Evidence-Based and Structured Diagnosis in Breast MRI using the Kaiser Score

BACKGROUND

 Breast MRI is the most sensitive method for the detection of breast cancer and is an integral part of modern breast imaging. On the other hand, interpretation of breast MRI exams is considered challenging due to the complexity of the available information. Clinical decision rules that combine diagnostic criteria in an algorithm can help the radiologist to read breast MRI by supporting objective and largely experience-independent diagnosis.

METHOD

 Narrative review. In this article, the Kaiser Score (KS) as a clinical decision rule for breast MRI is introduced, its diagnostic criteria are defined, and strategies for clinical decision making using the KS are explained and discussed.

RESULTS

 The KS is based on machine learning and has been independently validated by international research. It is largely independent of the examination technique that is used. It allows objective differentiation between benign and malignant contrast-enhancing breast MRI findings using diagnostic BI-RADS criteria taken from T2w and dynamic contrast-enhanced T1w images. A flowchart guides the reader in up to three steps to determine a score corresponding to the probability of malignancy that can be used to assign a BI-RADS category. Individual decision making takes the clinical context into account and is illustrated by typical scenarios.

KEY POINTS

· The KS as an evidence-based decision rule to objectively distinguish benign from malignant breast lesions is based on information contained in T2w und dynamic contrast-enhanced T1w sequences and is largely independent of specific examination protocols.. · The KS diagnostic criteria are in line with the MRI BI-RADS lexicon.
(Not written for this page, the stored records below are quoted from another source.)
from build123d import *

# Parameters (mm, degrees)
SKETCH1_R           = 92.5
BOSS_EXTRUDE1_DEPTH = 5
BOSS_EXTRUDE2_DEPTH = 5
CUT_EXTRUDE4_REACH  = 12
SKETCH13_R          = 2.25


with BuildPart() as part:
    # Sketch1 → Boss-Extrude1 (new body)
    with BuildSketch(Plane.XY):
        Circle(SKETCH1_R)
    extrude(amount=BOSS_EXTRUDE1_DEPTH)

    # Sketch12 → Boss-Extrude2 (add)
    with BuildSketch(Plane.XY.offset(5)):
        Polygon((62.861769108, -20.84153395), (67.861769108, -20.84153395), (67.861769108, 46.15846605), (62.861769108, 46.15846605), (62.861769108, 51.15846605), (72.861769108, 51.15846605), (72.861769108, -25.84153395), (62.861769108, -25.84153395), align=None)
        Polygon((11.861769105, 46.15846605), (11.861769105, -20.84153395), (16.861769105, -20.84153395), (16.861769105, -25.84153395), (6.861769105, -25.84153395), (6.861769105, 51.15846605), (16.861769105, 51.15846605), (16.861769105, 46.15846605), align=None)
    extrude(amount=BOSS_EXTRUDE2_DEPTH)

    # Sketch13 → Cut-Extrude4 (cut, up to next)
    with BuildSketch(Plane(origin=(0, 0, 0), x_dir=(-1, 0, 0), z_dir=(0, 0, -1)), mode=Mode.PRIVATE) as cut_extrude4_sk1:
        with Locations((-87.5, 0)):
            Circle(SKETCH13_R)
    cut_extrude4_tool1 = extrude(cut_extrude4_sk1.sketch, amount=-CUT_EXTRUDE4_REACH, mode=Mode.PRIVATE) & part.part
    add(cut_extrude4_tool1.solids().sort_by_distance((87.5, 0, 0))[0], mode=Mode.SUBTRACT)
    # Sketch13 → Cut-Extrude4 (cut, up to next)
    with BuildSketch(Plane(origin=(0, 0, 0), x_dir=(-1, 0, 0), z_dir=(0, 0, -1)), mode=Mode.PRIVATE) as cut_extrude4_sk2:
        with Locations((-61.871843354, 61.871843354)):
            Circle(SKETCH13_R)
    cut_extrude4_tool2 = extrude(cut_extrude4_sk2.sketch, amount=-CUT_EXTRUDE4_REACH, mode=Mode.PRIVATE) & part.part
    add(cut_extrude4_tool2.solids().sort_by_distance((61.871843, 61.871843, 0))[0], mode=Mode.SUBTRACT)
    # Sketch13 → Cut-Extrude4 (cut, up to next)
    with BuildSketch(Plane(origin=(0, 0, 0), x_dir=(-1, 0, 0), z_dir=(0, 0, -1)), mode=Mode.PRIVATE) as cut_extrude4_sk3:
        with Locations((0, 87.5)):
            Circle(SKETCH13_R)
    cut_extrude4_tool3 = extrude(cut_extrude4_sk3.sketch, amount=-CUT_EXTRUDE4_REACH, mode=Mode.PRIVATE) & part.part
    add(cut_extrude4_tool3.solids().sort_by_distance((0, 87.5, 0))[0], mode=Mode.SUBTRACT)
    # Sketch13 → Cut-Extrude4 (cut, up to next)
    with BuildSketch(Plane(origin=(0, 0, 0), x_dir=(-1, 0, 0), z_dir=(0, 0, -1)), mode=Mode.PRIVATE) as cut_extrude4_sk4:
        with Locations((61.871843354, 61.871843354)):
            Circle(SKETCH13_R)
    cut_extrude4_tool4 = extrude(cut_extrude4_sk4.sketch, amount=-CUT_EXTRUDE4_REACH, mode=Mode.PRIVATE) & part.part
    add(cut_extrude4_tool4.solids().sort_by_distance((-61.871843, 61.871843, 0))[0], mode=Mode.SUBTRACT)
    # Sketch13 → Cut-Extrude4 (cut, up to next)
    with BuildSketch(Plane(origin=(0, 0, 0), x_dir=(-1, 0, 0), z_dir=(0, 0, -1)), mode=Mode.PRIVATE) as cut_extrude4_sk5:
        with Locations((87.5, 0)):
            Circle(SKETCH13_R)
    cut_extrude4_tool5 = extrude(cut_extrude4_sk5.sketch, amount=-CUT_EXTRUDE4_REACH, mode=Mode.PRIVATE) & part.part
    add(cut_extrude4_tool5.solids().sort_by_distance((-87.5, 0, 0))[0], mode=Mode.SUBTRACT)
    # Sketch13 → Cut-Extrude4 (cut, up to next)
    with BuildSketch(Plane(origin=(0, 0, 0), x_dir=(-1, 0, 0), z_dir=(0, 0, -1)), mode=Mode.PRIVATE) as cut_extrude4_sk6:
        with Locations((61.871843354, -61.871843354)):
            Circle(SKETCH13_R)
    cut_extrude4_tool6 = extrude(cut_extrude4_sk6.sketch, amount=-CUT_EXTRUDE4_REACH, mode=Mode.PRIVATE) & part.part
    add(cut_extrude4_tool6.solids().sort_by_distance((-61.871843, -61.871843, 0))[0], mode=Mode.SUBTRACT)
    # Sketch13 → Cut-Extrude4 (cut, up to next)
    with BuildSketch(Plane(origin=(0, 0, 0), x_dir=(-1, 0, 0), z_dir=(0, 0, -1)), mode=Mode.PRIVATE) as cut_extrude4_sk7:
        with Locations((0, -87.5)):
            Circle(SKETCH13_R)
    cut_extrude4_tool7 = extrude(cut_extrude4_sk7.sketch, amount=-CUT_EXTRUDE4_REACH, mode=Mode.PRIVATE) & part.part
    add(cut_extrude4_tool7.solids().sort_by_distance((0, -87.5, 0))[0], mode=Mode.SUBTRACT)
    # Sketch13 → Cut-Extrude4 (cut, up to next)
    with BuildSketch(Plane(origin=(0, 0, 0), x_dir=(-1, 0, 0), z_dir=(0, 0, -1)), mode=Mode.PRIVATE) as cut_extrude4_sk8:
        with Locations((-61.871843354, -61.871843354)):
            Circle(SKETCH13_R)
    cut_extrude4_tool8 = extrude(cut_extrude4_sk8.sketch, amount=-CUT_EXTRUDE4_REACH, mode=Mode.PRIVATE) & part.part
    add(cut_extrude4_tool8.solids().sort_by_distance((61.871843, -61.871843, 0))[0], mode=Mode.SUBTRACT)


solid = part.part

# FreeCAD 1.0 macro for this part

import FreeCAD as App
import Part
import Sketcher


def add_polygon(sketch, points):
    """Adds a closed chain of lines whose ends are joined by coincident constraints."""
    first, n = sketch.GeometryCount, len(points)
    for a, b in zip(points, points[1:] + points[:1]):
        sketch.addGeometry(Part.LineSegment(App.Vector(*a, 0), App.Vector(*b, 0)), False)
    for i in range(n):
        sketch.addConstraint(Sketcher.Constraint("Coincident", first + i, 2, first + (i + 1) % n, 1))

doc = App.newDocument("Part")
params = doc.addObject("Spreadsheet::Sheet", "Params")
for row, (alias, value) in enumerate([
    ("sketch1_diameter", "185 mm"),
    ("pad1_length", "5 mm"),
    ("sketch2_width", "5 mm"),
    ("sketch2_width2", "10 mm"),
    ("sketch2_height", "77 mm"),
    ("pad2_length", "5 mm"),
    ("sketch3_diameter", "4.5 mm"),
    ("sketch4_diameter", "4.5 mm"),
    ("sketch5_diameter", "4.5 mm"),
    ("sketch6_diameter", "4.5 mm"),
    ("sketch7_diameter", "4.5 mm"),
    ("sketch8_diameter", "4.5 mm"),
    ("sketch9_diameter", "4.5 mm"),
    ("sketch10_diameter", "4.5 mm"),
], start=1):
    params.set(f"A{row}", alias)
    params.set(f"B{row}", "=" + value)
    params.setAlias(f"B{row}", alias)

body = doc.addObject("PartDesign::Body", "Body")

sketch1 = doc.addObject("Sketcher::SketchObject", "Sketch")
body.addObject(sketch1)
sketch1.AttachmentSupport = (doc.XY_Plane, [""])
sketch1.MapMode = "FlatFace"
sketch1.addGeometry(Part.Circle(App.Vector(0, 0, 0), App.Vector(0, 0, 1), 92), False)
sketch1.addConstraint(Sketcher.Constraint("Coincident", 0, 3, -1, 1))
sketch1.addConstraint(Sketcher.Constraint("Diameter", 0, 185.0))
sketch1.setExpression("Constraints[1]", "Params.sketch1_diameter")
pad1 = doc.addObject("PartDesign::Pad", "Pad")
body.addObject(pad1)
pad1.Profile = sketch1
pad1.setExpression("Length", "Params.pad1_length")

sketch2 = doc.addObject("Sketcher::SketchObject", "Sketch001")
body.addObject(sketch2)
sketch2.AttachmentSupport = (doc.XY_Plane, [""])
sketch2.MapMode = "FlatFace"
sketch2.AttachmentOffset = App.Placement(App.Vector(0, 0, 5), App.Rotation())
add_polygon(sketch2, [(68, -21), (63, -21), (63, -26), (73, -26), (73, 51), (63, 51), (63, 46), (68, 46)])
add_polygon(sketch2, [(12, -21), (12, 46), (17, 46), (17, 51), (7, 51), (7, -26), (17, -26), (17, -21)])
sketch2.addConstraint(Sketcher.Constraint("Horizontal", 0))
sketch2.addConstraint(Sketcher.Constraint("Vertical", 1))
sketch2.addConstraint(Sketcher.Constraint("Horizontal", 2))
sketch2.addConstraint(Sketcher.Constraint("Vertical", 3))
sketch2.addConstraint(Sketcher.Constraint("Horizontal", 4))
sketch2.addConstraint(Sketcher.Constraint("Vertical", 5))
sketch2.addConstraint(Sketcher.Constraint("Horizontal", 6))
sketch2.addConstraint(Sketcher.Constraint("Vertical", 7))
sketch2.addConstraint(Sketcher.Constraint("Vertical", 8))
sketch2.addConstraint(Sketcher.Constraint("Horizontal", 9))
sketch2.addConstraint(Sketcher.Constraint("Vertical", 10))
sketch2.addConstraint(Sketcher.Constraint("Horizontal", 11))
sketch2.addConstraint(Sketcher.Constraint("Vertical", 12))
sketch2.addConstraint(Sketcher.Constraint("Horizontal", 13))
sketch2.addConstraint(Sketcher.Constraint("Vertical", 14))
sketch2.addConstraint(Sketcher.Constraint("Horizontal", 15))
sketch2.addConstraint(Sketcher.Constraint("Horizontal", 6, 2, 8, 2))
sketch2.addConstraint(Sketcher.Constraint("Horizontal", 4, 2, 10, 2))
sketch2.addConstraint(Sketcher.Constraint("Horizontal", 2, 2, 12, 2))
sketch2.addConstraint(Sketcher.Constraint("Horizontal", 7, 2, 14, 2))
sketch2.addConstraint(Sketcher.Constraint("Vertical", 1, 2, 4, 2))
sketch2.addConstraint(Sketcher.Constraint("Vertical", 10, 2, 13, 2))
sketch2.addConstraint(Sketcher.Constraint("Equal", 6, 9))
sketch2.addConstraint(Sketcher.Constraint("Equal", 4, 11))
sketch2.addConstraint(Sketcher.Constraint("Equal", 15, 1))
sketch2.addConstraint(Sketcher.Constraint("Equal", 1, 5))
sketch2.addConstraint(Sketcher.Constraint("DistanceX", 0, 2, 0, 1, 5.0))
sketch2.addConstraint(Sketcher.Constraint("DistanceX", 2, 1, 2, 2, 10.0))
sketch2.addConstraint(Sketcher.Constraint("DistanceY", 3, 1, 3, 2, 77.0))
sketch2.addConstraint(Sketcher.Constraint("DistanceX", 8, 2, 5, 2, 51.0))
sketch2.addConstraint(Sketcher.Constraint("DistanceX", -1, 1, 0, 2, 62.861769))
sketch2.addConstraint(Sketcher.Constraint("DistanceY", 0, 2, -1, 1, 20.841534))
sketch2.setExpression("Constraints[42]", "Params.sketch2_width")
sketch2.setExpression("Constraints[43]", "Params.sketch2_width2")
sketch2.setExpression("Constraints[44]", "Params.sketch2_height")
pad2 = doc.addObject("PartDesign::Pad", "Pad001")
body.addObject(pad2)
pad2.Profile = sketch2
pad2.setExpression("Length", "Params.pad2_length")

sketch3 = doc.addObject("Sketcher::SketchObject", "Sketch002")
body.addObject(sketch3)
sketch3.AttachmentSupport = (doc.XY_Plane, [""])
sketch3.MapMode = "FlatFace"
sketch3.addGeometry(Part.Circle(App.Vector(87.5, 0, 0), App.Vector(0, 0, 1), 2.2), False)
sketch3.addConstraint(Sketcher.Constraint("PointOnObject", 0, 3, -1))
sketch3.addConstraint(Sketcher.Constraint("Diameter", 0, 4.5))
sketch3.addConstraint(Sketcher.Constraint("DistanceX", -1, 1, 0, 3, 87.5))
sketch3.setExpression("Constraints[1]", "Params.sketch3_diameter")
pocket1 = doc.addObject("PartDesign::Pocket", "Pocket")
body.addObject(pocket1)
pocket1.Profile = sketch3
pocket1.Type = "UpToFirst"
pocket1.Reversed = True

sketch4 = doc.addObject("Sketcher::SketchObject", "Sketch003")
body.addObject(sketch4)
sketch4.AttachmentSupport = (doc.XY_Plane, [""])
sketch4.MapMode = "FlatFace"
sketch4.addGeometry(Part.Circle(App.Vector(61.9, 61.9, 0), App.Vector(0, 0, 1), 2.2), False)
sketch4.addConstraint(Sketcher.Constraint("Diameter", 0, 4.5))
sketch4.addConstraint(Sketcher.Constraint("DistanceX", -1, 1, 0, 3, 61.871843))
sketch4.addConstraint(Sketcher.Constraint("DistanceY", -1, 1, 0, 3, 61.871843))
sketch4.setExpression("Constraints[0]", "Params.sketch4_diameter")
pocket2 = doc.addObject("PartDesign::Pocket", "Pocket001")
body.addObject(pocket2)
pocket2.Profile = sketch4
pocket2.Type = "UpToFirst"
pocket2.Reversed = True

sketch5 = doc.addObject("Sketcher::SketchObject", "Sketch004")
body.addObject(sketch5)
sketch5.AttachmentSupport = (doc.XY_Plane, [""])
sketch5.MapMode = "FlatFace"
sketch5.addGeometry(Part.Circle(App.Vector(0, 87.5, 0), App.Vector(0, 0, 1), 2.2), False)
sketch5.addConstraint(Sketcher.Constraint("PointOnObject", 0, 3, -2))
sketch5.addConstraint(Sketcher.Constraint("Diameter", 0, 4.5))
sketch5.addConstraint(Sketcher.Constraint("DistanceY", -1, 1, 0, 3, 87.5))
sketch5.setExpression("Constraints[1]", "Params.sketch5_diameter")
pocket3 = doc.addObject("PartDesign::Pocket", "Pocket002")
body.addObject(pocket3)
pocket3.Profile = sketch5
pocket3.Type = "UpToFirst"
pocket3.Reversed = True

sketch6 = doc.addObject("Sketcher::SketchObject", "Sketch005")
body.addObject(sketch6)
sketch6.AttachmentSupport = (doc.XY_Plane, [""])
sketch6.MapMode = "FlatFace"
sketch6.addGeometry(Part.Circle(App.Vector(-61.9, 61.9, 0), App.Vector(0, 0, 1), 2.2), False)
sketch6.addConstraint(Sketcher.Constraint("Diameter", 0, 4.5))
sketch6.addConstraint(Sketcher.Constraint("DistanceX", 0, 3, -1, 1, 61.871843))
sketch6.addConstraint(Sketcher.Constraint("DistanceY", -1, 1, 0, 3, 61.871843))
sketch6.setExpression("Constraints[0]", "Params.sketch6_diameter")
pocket4 = doc.addObject("PartDesign::Pocket", "Pocket003")
body.addObject(pocket4)
pocket4.Profile = sketch6
pocket4.Type = "UpToFirst"
pocket4.Reversed = True

sketch7 = doc.addObject("Sketcher::SketchObject", "Sketch006")
body.addObject(sketch7)
sketch7.AttachmentSupport = (doc.XY_Plane, [""])
sketch7.MapMode = "FlatFace"
sketch7.addGeometry(Part.Circle(App.Vector(-87.5, 0, 0), App.Vector(0, 0, 1), 2.2), False)
sketch7.addConstraint(Sketcher.Constraint("PointOnObject", 0, 3, -1))
sketch7.addConstraint(Sketcher.Constraint("Diameter", 0, 4.5))
sketch7.addConstraint(Sketcher.Constraint("DistanceX", 0, 3, -1, 1, 87.5))
sketch7.setExpression("Constraints[1]", "Params.sketch7_diameter")
pocket5 = doc.addObject("PartDesign::Pocket", "Pocket004")
body.addObject(pocket5)
pocket5.Profile = sketch7
pocket5.Type = "UpToFirst"
pocket5.Reversed = True

sketch8 = doc.addObject("Sketcher::SketchObject", "Sketch007")
body.addObject(sketch8)
sketch8.AttachmentSupport = (doc.XY_Plane, [""])
sketch8.MapMode = "FlatFace"
sketch8.addGeometry(Part.Circle(App.Vector(-61.9, -61.9, 0), App.Vector(0, 0, 1), 2.2), False)
sketch8.addConstraint(Sketcher.Constraint("Diameter", 0, 4.5))
sketch8.addConstraint(Sketcher.Constraint("DistanceX", 0, 3, -1, 1, 61.871843))
sketch8.addConstraint(Sketcher.Constraint("DistanceY", 0, 3, -1, 1, 61.871843))
sketch8.setExpression("Constraints[0]", "Params.sketch8_diameter")
pocket6 = doc.addObject("PartDesign::Pocket", "Pocket005")
body.addObject(pocket6)
pocket6.Profile = sketch8
pocket6.Type = "UpToFirst"
pocket6.Reversed = True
We focused on defining a default category to be applied in the case of equivocal imaging criteria.. · The KS reflects increasing probabilities of malignancy and, together with the clinical context, assists individual decision making..

CITATION FORMAT

· Baltzer PA, Krug KB, Dietzel M. Evidence-Based and Structured Diagnosis in Breast MRI using the Kaiser Score. Fortschr Röntgenstr 2022; DOI: 10.1055/a-1829-5985.